Over time, this shared literacy reduces reliance on central oversight, with leaders internalising the signals. This is where the PMO’s evolution into a strategic engine becomes most evident. It is not solving problems on site. It does not provide bench strength to rescue distressed projects. It calibrates appetite, monitors concentration risk and injects governance into front-end decision making. 

“We are still in our infancy as a PMO,” says Manley. “There is considerable scope for what we could do.” 

Over time, the intent is for the PMO to position itself as peer support to managing directors and core functions, connecting operational leadership and corporate disciplines such as HR, strategy, IT and finance. 

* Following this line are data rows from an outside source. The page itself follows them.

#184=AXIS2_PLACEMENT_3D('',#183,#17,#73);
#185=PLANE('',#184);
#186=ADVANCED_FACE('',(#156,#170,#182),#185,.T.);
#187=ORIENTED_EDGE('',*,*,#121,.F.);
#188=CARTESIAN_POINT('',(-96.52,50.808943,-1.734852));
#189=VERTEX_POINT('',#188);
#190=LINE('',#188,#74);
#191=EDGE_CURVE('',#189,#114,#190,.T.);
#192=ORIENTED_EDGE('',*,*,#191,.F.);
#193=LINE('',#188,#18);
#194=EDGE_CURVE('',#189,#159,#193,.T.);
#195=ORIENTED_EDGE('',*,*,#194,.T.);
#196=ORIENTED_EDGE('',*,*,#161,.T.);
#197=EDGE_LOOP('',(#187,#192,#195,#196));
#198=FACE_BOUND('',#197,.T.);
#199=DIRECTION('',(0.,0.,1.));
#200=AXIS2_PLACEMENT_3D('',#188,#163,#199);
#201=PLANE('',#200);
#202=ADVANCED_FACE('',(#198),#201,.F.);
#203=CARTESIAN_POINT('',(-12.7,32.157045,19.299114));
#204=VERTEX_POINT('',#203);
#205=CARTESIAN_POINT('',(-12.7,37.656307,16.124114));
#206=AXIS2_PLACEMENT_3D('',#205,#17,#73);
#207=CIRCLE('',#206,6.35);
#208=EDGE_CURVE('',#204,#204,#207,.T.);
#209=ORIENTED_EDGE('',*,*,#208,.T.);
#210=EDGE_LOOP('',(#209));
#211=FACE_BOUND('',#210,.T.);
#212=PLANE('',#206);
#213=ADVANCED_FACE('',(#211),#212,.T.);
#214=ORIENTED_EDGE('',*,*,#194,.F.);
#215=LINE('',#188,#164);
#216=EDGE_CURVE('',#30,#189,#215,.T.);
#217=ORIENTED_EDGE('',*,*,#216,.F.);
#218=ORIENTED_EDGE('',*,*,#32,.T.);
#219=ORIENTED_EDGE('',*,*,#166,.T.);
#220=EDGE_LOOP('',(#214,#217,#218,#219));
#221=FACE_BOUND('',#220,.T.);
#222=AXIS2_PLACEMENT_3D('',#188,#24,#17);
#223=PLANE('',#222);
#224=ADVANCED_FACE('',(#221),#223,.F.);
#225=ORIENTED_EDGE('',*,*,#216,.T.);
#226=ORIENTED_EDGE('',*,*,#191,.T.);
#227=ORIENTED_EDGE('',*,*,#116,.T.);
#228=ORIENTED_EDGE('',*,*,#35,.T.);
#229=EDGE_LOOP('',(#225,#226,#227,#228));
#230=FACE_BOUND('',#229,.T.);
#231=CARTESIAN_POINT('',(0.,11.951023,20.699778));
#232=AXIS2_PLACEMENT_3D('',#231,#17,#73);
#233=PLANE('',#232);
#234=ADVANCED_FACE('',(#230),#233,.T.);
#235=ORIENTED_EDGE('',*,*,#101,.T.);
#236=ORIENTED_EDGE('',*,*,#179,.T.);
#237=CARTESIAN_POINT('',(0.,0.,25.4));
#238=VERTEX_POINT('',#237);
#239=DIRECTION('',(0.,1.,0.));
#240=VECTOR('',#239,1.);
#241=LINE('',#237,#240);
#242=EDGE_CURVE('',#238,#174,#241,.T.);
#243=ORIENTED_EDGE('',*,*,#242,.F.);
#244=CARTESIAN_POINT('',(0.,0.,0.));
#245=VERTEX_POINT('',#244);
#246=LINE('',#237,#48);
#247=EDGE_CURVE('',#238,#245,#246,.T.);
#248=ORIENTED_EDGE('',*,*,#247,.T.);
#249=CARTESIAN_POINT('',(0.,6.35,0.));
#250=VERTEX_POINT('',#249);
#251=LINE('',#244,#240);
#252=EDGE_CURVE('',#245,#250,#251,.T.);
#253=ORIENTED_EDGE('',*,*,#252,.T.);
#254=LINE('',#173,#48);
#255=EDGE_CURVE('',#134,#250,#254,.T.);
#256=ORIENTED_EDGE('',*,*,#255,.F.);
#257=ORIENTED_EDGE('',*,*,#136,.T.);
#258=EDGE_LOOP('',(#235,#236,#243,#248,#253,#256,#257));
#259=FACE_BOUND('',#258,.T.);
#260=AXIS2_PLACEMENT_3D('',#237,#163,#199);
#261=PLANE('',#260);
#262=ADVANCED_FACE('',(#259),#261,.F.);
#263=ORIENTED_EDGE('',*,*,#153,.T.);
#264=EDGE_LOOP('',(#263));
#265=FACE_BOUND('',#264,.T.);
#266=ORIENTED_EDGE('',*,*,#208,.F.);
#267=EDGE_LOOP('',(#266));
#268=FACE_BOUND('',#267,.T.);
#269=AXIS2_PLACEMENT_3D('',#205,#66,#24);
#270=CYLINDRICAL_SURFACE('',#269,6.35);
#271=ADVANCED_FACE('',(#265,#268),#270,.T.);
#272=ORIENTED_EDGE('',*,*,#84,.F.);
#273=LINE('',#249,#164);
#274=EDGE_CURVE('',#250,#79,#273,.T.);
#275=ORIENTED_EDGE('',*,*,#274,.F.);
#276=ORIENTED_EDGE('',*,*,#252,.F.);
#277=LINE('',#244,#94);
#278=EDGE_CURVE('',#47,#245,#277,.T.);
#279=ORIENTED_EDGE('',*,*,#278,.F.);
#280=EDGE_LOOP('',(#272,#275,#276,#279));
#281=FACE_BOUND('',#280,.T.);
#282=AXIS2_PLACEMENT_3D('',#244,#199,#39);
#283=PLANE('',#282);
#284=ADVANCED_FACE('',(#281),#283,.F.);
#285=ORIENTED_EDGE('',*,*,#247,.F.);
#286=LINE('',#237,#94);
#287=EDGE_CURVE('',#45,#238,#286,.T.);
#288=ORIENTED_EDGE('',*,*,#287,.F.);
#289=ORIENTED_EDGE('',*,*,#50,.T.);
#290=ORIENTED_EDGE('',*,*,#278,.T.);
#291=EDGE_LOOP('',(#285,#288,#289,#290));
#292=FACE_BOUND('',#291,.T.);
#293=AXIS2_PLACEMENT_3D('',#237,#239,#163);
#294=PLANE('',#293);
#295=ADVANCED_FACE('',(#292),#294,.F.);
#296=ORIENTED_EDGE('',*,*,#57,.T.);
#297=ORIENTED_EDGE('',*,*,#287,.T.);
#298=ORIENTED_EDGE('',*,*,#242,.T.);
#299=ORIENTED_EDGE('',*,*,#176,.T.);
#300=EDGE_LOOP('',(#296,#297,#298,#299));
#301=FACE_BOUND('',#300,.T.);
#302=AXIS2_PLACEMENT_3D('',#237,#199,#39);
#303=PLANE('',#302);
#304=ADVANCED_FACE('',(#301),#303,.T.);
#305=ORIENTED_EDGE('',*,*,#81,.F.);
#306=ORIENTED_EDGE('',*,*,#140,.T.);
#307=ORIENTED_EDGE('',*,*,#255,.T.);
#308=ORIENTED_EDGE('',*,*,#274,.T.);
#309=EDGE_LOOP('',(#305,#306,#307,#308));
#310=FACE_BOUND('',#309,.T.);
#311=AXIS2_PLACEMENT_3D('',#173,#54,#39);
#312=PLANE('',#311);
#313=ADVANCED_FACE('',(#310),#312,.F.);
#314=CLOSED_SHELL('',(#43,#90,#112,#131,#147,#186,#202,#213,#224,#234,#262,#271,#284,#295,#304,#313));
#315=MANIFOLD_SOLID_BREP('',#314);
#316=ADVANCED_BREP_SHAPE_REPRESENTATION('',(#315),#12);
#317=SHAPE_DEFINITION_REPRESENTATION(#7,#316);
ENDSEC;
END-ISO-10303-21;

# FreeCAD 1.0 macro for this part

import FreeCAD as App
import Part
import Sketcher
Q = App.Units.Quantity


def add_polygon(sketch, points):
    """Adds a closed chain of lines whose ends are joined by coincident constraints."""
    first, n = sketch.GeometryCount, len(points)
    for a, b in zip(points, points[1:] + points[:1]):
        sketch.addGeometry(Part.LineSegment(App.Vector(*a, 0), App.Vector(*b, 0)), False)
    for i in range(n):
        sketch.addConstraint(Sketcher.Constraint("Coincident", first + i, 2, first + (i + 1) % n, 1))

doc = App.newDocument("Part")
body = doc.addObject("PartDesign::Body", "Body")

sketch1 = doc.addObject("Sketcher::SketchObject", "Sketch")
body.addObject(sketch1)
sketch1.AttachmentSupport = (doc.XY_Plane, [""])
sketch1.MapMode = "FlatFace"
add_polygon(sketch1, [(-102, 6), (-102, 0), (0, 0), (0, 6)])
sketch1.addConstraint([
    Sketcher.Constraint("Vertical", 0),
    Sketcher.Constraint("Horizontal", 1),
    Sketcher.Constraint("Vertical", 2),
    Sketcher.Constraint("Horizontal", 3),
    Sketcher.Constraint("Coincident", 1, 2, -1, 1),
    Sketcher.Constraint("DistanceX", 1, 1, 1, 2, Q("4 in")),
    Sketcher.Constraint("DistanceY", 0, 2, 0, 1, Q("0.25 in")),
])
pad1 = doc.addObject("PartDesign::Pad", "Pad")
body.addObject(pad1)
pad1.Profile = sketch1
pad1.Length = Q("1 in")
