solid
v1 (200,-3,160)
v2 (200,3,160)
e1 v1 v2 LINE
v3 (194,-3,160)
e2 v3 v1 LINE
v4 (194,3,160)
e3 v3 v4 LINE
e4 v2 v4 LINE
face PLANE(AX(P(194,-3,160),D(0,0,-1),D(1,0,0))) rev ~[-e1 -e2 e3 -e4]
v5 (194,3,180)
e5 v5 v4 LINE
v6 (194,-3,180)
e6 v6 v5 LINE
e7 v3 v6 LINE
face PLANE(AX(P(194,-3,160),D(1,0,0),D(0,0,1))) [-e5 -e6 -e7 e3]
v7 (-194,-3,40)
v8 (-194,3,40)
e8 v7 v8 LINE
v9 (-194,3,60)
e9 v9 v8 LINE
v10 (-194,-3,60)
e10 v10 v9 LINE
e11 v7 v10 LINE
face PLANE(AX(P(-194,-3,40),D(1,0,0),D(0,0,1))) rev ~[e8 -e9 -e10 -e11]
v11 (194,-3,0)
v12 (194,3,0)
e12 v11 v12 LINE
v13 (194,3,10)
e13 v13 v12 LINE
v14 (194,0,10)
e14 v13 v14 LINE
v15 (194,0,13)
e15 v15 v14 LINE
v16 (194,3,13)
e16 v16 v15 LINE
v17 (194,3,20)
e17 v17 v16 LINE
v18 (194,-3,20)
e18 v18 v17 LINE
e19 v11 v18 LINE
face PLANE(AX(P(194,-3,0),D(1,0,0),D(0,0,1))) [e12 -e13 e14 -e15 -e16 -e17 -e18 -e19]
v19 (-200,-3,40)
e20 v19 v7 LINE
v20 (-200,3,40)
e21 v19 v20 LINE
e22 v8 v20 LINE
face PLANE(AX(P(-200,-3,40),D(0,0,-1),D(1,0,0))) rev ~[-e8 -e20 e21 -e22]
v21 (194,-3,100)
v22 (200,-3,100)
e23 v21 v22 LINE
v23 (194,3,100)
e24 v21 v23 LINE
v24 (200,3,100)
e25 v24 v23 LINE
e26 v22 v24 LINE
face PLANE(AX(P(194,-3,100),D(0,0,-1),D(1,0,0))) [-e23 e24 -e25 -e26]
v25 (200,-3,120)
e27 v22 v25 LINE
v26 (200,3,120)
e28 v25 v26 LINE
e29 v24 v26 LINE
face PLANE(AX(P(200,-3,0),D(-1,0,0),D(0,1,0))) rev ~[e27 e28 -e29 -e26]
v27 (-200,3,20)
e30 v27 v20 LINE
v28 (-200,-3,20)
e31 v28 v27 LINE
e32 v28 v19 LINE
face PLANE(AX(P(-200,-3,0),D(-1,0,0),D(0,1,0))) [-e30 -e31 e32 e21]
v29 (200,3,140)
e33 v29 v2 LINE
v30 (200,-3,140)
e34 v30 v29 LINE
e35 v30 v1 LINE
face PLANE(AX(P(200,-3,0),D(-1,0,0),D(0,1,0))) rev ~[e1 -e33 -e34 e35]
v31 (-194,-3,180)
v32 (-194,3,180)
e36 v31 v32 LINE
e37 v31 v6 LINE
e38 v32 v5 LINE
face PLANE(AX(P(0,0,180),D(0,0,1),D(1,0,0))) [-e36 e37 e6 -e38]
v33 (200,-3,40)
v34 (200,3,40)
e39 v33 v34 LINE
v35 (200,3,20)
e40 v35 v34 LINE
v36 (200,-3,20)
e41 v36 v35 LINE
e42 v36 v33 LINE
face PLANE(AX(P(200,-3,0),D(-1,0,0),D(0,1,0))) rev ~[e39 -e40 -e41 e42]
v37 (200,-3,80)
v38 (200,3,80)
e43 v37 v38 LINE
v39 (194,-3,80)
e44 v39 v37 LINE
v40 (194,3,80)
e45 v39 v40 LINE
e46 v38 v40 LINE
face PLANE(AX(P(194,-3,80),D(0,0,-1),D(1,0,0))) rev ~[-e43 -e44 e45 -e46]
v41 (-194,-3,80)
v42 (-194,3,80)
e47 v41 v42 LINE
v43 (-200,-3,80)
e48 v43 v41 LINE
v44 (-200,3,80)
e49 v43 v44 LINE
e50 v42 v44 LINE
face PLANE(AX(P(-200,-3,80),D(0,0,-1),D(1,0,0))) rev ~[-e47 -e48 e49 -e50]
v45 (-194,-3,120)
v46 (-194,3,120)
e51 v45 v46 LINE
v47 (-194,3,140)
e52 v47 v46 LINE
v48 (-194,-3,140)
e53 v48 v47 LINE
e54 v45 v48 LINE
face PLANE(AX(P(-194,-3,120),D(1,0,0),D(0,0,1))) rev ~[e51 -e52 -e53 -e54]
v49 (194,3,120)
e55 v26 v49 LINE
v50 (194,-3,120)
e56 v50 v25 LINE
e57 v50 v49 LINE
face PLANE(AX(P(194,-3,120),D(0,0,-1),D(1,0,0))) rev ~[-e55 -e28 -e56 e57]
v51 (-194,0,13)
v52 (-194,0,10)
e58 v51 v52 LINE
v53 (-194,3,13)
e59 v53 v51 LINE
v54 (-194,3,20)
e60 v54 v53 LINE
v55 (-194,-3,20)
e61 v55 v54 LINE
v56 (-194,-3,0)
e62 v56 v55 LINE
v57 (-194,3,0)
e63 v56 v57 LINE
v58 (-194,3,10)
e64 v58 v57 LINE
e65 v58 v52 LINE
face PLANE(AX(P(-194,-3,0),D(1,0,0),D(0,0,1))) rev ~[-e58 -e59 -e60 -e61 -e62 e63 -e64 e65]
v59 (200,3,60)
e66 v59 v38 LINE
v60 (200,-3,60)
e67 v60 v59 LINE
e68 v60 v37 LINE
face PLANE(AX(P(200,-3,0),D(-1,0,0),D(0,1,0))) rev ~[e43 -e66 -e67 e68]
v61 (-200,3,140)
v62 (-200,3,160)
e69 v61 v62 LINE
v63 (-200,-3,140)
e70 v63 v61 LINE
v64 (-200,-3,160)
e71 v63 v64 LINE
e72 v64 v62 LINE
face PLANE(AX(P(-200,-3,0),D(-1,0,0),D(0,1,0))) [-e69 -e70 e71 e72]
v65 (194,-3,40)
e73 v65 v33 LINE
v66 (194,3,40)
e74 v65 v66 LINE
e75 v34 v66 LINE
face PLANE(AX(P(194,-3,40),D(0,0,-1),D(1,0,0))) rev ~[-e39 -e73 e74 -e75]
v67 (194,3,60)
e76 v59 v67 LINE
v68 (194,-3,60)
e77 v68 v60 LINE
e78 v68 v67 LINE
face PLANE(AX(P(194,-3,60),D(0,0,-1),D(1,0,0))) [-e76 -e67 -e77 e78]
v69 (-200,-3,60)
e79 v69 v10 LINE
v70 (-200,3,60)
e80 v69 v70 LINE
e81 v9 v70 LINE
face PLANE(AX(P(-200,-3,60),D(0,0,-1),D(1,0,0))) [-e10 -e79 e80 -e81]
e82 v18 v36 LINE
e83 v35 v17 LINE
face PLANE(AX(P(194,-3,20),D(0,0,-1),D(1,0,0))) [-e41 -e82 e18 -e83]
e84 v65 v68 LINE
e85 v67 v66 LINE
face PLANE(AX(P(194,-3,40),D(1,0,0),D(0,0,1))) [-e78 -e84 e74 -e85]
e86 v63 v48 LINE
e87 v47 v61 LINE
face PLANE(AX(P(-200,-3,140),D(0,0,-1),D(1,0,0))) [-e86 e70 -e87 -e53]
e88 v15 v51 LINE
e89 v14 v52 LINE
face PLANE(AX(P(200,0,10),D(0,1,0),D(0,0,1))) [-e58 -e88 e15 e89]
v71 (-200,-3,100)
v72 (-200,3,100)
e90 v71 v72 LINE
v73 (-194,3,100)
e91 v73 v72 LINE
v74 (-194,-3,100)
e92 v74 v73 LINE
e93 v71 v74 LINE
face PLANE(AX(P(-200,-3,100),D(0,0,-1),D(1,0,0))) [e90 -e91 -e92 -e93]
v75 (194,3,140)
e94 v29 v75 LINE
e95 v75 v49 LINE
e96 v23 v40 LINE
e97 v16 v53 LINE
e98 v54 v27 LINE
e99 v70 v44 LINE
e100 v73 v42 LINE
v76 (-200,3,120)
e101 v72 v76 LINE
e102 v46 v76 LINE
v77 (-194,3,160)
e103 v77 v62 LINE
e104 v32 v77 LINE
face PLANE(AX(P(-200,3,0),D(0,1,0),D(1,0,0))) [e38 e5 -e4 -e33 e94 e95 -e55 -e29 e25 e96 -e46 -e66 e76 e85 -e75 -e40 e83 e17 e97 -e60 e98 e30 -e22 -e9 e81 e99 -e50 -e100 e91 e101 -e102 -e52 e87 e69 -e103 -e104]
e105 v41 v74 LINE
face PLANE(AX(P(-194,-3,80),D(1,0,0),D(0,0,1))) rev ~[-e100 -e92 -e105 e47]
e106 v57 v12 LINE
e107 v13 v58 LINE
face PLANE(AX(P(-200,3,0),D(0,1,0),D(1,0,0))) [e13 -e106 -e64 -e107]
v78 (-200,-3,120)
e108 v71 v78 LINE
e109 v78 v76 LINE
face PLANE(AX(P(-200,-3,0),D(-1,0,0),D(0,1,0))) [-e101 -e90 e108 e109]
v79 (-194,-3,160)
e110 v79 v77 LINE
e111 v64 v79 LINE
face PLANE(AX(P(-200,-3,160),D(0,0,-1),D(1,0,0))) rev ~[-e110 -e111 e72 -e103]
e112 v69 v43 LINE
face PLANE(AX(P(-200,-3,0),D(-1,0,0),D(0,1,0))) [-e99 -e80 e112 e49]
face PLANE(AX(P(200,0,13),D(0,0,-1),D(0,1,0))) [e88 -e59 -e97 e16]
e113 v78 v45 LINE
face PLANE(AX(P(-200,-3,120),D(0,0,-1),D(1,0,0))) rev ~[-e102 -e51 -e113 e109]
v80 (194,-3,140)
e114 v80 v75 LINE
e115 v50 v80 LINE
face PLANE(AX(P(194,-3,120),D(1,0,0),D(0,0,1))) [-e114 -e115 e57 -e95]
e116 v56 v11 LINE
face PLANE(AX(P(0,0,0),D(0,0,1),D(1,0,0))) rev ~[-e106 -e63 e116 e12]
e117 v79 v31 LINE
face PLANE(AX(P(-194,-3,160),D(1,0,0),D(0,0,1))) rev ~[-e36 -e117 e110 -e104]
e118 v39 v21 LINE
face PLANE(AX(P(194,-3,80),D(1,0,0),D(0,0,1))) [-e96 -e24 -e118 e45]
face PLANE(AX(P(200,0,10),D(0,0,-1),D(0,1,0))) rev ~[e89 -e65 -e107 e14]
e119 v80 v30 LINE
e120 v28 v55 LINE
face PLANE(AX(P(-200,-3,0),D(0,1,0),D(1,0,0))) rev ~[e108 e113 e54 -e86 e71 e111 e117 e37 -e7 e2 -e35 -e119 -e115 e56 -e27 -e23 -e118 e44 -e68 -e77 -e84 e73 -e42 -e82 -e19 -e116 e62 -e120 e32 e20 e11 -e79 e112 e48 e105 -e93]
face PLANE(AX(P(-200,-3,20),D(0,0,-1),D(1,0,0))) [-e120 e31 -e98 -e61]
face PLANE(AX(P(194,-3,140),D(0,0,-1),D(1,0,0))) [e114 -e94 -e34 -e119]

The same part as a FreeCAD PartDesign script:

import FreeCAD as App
import Part
import Sketcher

V = App.Vector

doc = App.newDocument("Part")
params = doc.addObject("Spreadsheet::Sheet", "Params")
for row, (alias, value) in enumerate([
    ("sketch1_width", "400 mm"),
    ("sketch1_height", "6 mm"),
    ("pad1_length", "180 mm"),
    ("sketch2_width", "3 mm"),
    ("sketch3_width", "6 mm"),
    ("sketch3_height", "20 mm"),
], start=1):
    params.set(f"A{row}", alias)
    params.set(f"B{row}", "=" + value)
    params.setAlias(f"B{row}", alias)

body = doc.addObject("PartDesign::Body", "Body")

# Sketch on XY plane
sketch1 = doc.addObject("Sketcher::SketchObject", "Sketch")
body.addObject(sketch1)
sketch1.AttachmentSupport = (doc.XY_Plane, [""])
sketch1.MapMode = "FlatFace"
sketch1.addGeometry(Part.LineSegment(V(-200, 3, 0), V(-200, -3, 0)), False)
sketch1.addGeometry(Part.LineSegment(V(-200, -3, 0), V(200, -3, 0)), False)
sketch1.addGeometry(Part.LineSegment(V(200, -3, 0), V(200, 3, 0)), False)
sketch1.addGeometry(Part.LineSegment(V(200, 3, 0), V(-200, 3, 0)), False)
sketch1.addConstraint(Sketcher.Constraint("Coincident", 0, 2, 1, 1))
sketch1.addConstraint(Sketcher.Constraint("Coincident", 1, 2, 2, 1))
sketch1.addConstraint(Sketcher.Constraint("Coincident", 2, 2, 3, 1))
sketch1.addConstraint(Sketcher.Constraint("Coincident", 3, 2, 0, 1))
sketch1.addConstraint(Sketcher.Constraint("Vertical", 0))
sketch1.addConstraint(Sketcher.Constraint("Horizontal", 1))
sketch1.addConstraint(Sketcher.Constraint("Vertical", 2))
sketch1.addConstraint(Sketcher.Constraint("Horizontal", 3))
sketch1.addConstraint(Sketcher.Constraint("Symmetric", 0, 2, 2, 2, -1, 1))
sketch1.addConstraint(Sketcher.Constraint("DistanceX", 1, 1, 1, 2, 400.0))
sketch1.addConstraint(Sketcher.Constraint("DistanceY", 0, 2, 0, 1, 6.0))
sketch1.setExpression("Constraints[9]", "Params.sketch1_width")
sketch1.setExpression("Constraints[10]", "Params.sketch1_height")
pad1 = doc.addObject("PartDesign::Pad", "Pad")
body.addObject(pad1)
pad1.Profile = sketch1
pad1.setExpression("Length", "Params.pad1_length")

# Sketch on YZ plane
sketch2 = doc.addObject("Sketcher::SketchObject", "Sketch001")
body.addObject(sketch2)
sketch2.AttachmentSupport = (doc.YZ_Plane, [""])
sketch2.MapMode = "FlatFace"
sketch2.AttachmentOffset = App.Placement(V(0, 0, 200), App.Rotation())
sketch2.addGeometry(Part.LineSegment(V(0, 13, 0), V(0, 10, 0)), False)
sketch2.addGeometry(Part.LineSegment(V(0, 10, 0), V(3, 10, 0)), False)
sketch2.addGeometry(Part.LineSegment(V(3, 10, 0), V(3, 13, 0)), False)
sketch2.addGeometry(Part.LineSegment(V(3, 13, 0), V(0, 13, 0)), False)
sketch2.addConstraint(Sketcher.Constraint("Coincident", 0, 2, 1, 1))
sketch2.addConstraint(Sketcher.Constraint("Coincident", 1, 2, 2, 1))
sketch2.addConstraint(Sketcher.Constraint("Coincident", 2, 2, 3, 1))
sketch2.addConstraint(Sketcher.Constraint("Coincident", 3, 2, 0, 1))
sketch2.addConstraint(Sketcher.Constraint("Vertical", 0))
sketch2.addConstraint(Sketcher.Constraint("Horizontal", 1))
sketch2.addConstraint(Sketcher.Constraint("Vertical", 2))
sketch2.addConstraint(Sketcher.Constraint("Horizontal", 3))
sketch2.addConstraint(Sketcher.Constraint("PointOnObject", 0, 2, -2))
sketch2.addConstraint(Sketcher.Constraint("Equal", 3, 0))
sketch2.addConstraint(Sketcher.Constraint("DistanceX", 1, 1, 1, 2, 3.0))
sketch2.addConstraint(Sketcher.Constraint("DistanceY", -1, 1, 0, 2, 10.0))
sketch2.setExpression("Constraints[10]", "Params.sketch2_width")
pocket1 = doc.addObject("PartDesign::Pocket", "Pocket")
body.addObject(pocket1)
pocket1.Profile = sketch2
pocket1.Type = "ThroughAll"

# Sketch on XZ plane
sketch3 = doc.addObject("Sketcher::SketchObject", "Sketch002")
body.addObject(sketch3)
sketch3.AttachmentSupport = (doc.XZ_Plane, [""])
sketch3.MapMode = "FlatFace"
sketch3.AttachmentOffset = App.Placement(V(0, 0, 3), App.Rotation())
sketch3.addGeometry(Part.LineSegment(V(-200, 180, 0), V(-200, 160, 0)), False)
sketch3.addGeometry(Part.LineSegment(V(-200, 160, 0), V(-194, 160, 0)), False)
sketch3.addGeometry(Part.LineSegment(V(-194, 160, 0), V(-194, 180, 0)), False)
sketch3.addGeometry(Part.LineSegment(V(-194, 180, 0), V(-200, 180, 0)), False)
sketch3.addGeometry(Part.LineSegment(V(-200, 140, 0), V(-200, 120, 0)), False)
sketch3.addGeometry(Part.LineSegment(V(-200, 120, 0), V(-194, 120, 0)), False)
sketch3.addGeometry(Part.LineSegment(V(-194, 120, 0), V(-194, 140, 0)), False)
sketch3.addGeometry(Part.LineSegment(V(-194, 140, 0), V(-200, 140, 0)), False)
sketch3.addGeometry(Part.LineSegment(V(-200, 100, 0), V(-200, 80, 0)), False)
sketch3.addGeometry(Part.LineSegment(V(-200, 80, 0), V(-194, 80, 0)), False)
sketch3.addGeometry(Part.LineSegment(V(-194, 80, 0), V(-194, 100, 0)), False)
sketch3.addGeometry(Part.LineSegment(V(-194, 100, 0), V(-200, 100, 0)), False)
sketch3.addGeometry(Part.LineSegment(V(-200, 60, 0), V(-200, 40, 0)), False)
sketch3.addGeometry(Part.LineSegment(V(-200, 40, 0), V(-194, 40, 0)), False)
sketch3.addGeometry(Part.LineSegment(V(-194, 40, 0), V(-194, 60, 0)), False)
sketch3.addGeometry(Part.LineSegment(V(-194, 60, 0), V(-200, 60, 0)), False)
sketch3.addGeometry(Part.LineSegment(V(-200, 20, 0), V(-200, 0, 0)), False)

“Our focus is on providing value to the business units, the CEO and our customer. If we are not delivering insights that help them improve profitability or identify issues early enough to intervene effectively, then we need to reassess what we are doing,” says Manley. “It ultimately comes back to a simple question: how do we help the business perform better and generate sustainable profit?” 

A mature PMO does not eliminate risk, because infrastructure delivery always involves uncertainty. What it does is surface exposure early, calibrate portfolio risk, align behaviours with data and embed cyclical assurance that stabilises governance consistency across projects. 

As McConnell Dowell’s experience demonstrates, this requires cultural change as much as process redesign, anchored in shared language, structured metrics, informed leadership questioning and the discipline to recalibrate before volatility escalates.